What needs to be done:
The span to repeat in the listing below runs from the line containing "f 302 2 375" to the line containing "extrude(amount=-F5_DEPTH, mode=Mode.SUBTRACT)", inclusive. Repeat it exactly, and only it.

──────

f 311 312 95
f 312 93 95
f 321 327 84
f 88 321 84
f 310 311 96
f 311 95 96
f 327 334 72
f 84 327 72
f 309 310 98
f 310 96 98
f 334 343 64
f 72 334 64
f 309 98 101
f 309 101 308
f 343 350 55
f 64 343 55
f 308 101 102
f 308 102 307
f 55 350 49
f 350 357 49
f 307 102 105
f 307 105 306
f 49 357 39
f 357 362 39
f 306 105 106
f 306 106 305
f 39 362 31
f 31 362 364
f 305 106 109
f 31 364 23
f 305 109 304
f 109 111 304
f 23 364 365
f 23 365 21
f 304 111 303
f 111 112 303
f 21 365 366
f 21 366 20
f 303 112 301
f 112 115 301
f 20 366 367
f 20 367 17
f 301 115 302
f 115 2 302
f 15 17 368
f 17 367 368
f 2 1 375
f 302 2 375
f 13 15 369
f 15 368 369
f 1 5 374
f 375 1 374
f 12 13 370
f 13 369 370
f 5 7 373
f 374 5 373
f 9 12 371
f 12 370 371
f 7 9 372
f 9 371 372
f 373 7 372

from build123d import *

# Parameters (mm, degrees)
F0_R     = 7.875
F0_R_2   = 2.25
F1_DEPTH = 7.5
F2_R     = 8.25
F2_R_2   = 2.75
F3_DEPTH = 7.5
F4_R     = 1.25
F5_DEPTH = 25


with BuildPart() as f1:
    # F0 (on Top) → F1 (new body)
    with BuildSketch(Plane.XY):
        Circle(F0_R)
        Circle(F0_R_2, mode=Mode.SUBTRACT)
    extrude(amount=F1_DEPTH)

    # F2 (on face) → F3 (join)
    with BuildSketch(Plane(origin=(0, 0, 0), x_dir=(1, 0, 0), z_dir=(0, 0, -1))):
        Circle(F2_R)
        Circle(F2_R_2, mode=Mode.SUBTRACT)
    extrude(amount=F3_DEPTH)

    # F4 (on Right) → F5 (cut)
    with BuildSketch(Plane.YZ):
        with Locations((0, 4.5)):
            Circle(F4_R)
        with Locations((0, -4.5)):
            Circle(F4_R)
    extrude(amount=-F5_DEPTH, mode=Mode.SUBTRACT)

──────

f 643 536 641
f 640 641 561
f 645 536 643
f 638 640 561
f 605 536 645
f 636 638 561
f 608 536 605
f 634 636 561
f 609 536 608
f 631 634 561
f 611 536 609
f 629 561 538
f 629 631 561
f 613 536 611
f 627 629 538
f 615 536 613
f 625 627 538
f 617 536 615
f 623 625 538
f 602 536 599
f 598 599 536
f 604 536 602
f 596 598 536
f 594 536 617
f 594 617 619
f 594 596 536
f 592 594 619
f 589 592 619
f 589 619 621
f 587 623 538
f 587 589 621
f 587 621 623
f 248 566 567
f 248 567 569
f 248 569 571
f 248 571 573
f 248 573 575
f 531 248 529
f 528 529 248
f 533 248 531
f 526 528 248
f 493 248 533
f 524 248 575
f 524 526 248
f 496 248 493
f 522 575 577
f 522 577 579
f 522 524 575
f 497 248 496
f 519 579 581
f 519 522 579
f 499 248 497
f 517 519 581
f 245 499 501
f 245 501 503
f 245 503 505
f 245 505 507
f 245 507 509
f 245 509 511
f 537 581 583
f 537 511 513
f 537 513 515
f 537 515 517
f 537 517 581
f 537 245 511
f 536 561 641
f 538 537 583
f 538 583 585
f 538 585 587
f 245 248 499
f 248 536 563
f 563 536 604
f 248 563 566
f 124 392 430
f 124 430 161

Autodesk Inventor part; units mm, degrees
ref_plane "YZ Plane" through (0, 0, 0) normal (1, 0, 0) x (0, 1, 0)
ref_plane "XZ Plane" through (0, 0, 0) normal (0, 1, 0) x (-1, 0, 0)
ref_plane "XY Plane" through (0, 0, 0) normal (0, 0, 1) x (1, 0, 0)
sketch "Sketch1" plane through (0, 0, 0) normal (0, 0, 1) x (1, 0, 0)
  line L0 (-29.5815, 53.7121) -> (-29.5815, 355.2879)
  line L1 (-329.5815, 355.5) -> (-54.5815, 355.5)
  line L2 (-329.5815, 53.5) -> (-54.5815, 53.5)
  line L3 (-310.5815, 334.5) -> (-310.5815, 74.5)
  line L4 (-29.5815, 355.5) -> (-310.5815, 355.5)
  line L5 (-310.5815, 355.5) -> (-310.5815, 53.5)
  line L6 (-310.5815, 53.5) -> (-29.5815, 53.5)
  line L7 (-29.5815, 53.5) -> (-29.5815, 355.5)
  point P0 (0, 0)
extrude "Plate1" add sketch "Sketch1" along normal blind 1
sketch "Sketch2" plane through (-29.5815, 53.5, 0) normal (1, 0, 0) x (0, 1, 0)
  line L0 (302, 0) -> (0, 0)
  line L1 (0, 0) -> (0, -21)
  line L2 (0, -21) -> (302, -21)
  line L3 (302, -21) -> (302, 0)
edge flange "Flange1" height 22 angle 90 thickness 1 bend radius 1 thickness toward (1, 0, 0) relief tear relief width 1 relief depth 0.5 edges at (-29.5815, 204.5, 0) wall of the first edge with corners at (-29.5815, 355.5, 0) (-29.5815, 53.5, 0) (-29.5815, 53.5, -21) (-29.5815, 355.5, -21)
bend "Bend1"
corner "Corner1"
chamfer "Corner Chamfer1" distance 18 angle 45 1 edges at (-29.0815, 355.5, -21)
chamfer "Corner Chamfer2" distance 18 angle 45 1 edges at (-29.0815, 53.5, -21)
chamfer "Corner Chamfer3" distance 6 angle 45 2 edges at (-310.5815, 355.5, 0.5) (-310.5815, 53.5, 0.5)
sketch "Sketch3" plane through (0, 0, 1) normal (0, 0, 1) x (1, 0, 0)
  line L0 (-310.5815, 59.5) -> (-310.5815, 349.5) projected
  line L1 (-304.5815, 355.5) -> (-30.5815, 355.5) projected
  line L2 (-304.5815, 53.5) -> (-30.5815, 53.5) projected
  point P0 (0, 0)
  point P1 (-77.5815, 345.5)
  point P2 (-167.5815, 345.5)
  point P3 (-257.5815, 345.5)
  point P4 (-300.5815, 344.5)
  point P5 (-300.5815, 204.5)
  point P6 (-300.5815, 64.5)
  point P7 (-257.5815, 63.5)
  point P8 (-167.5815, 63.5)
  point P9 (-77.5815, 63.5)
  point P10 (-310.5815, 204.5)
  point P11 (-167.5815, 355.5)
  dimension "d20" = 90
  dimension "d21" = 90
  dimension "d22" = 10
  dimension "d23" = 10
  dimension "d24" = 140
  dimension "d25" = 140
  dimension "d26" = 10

──────

Response area:
f 302 2 375
f 13 15 369
f 15 368 369
f 1 5 374
f 375 1 374
f 12 13 370
f 13 369 370
f 5 7 373
f 374 5 373
f 9 12 371
f 12 370 371
f 7 9 372
f 9 371 372
f 373 7 372

from build123d import *

# Parameters (mm, degrees)
F0_R     = 7.875
F0_R_2   = 2.25
F1_DEPTH = 7.5
F2_R     = 8.25
F2_R_2   = 2.75
F3_DEPTH = 7.5
F4_R     = 1.25
F5_DEPTH = 25


with BuildPart() as f1:
    # F0 (on Top) → F1 (new body)
    with BuildSketch(Plane.XY):
        Circle(F0_R)
        Circle(F0_R_2, mode=Mode.SUBTRACT)
    extrude(amount=F1_DEPTH)

    # F2 (on face) → F3 (join)
    with BuildSketch(Plane(origin=(0, 0, 0), x_dir=(1, 0, 0), z_dir=(0, 0, -1))):
        Circle(F2_R)
        Circle(F2_R_2, mode=Mode.SUBTRACT)
    extrude(amount=F3_DEPTH)

    # F4 (on Right) → F5 (cut)
    with BuildSketch(Plane.YZ):
        with Locations((0, 4.5)):
            Circle(F4_R)
        with Locations((0, -4.5)):
            Circle(F4_R)
    extrude(amount=-F5_DEPTH, mode=Mode.SUBTRACT)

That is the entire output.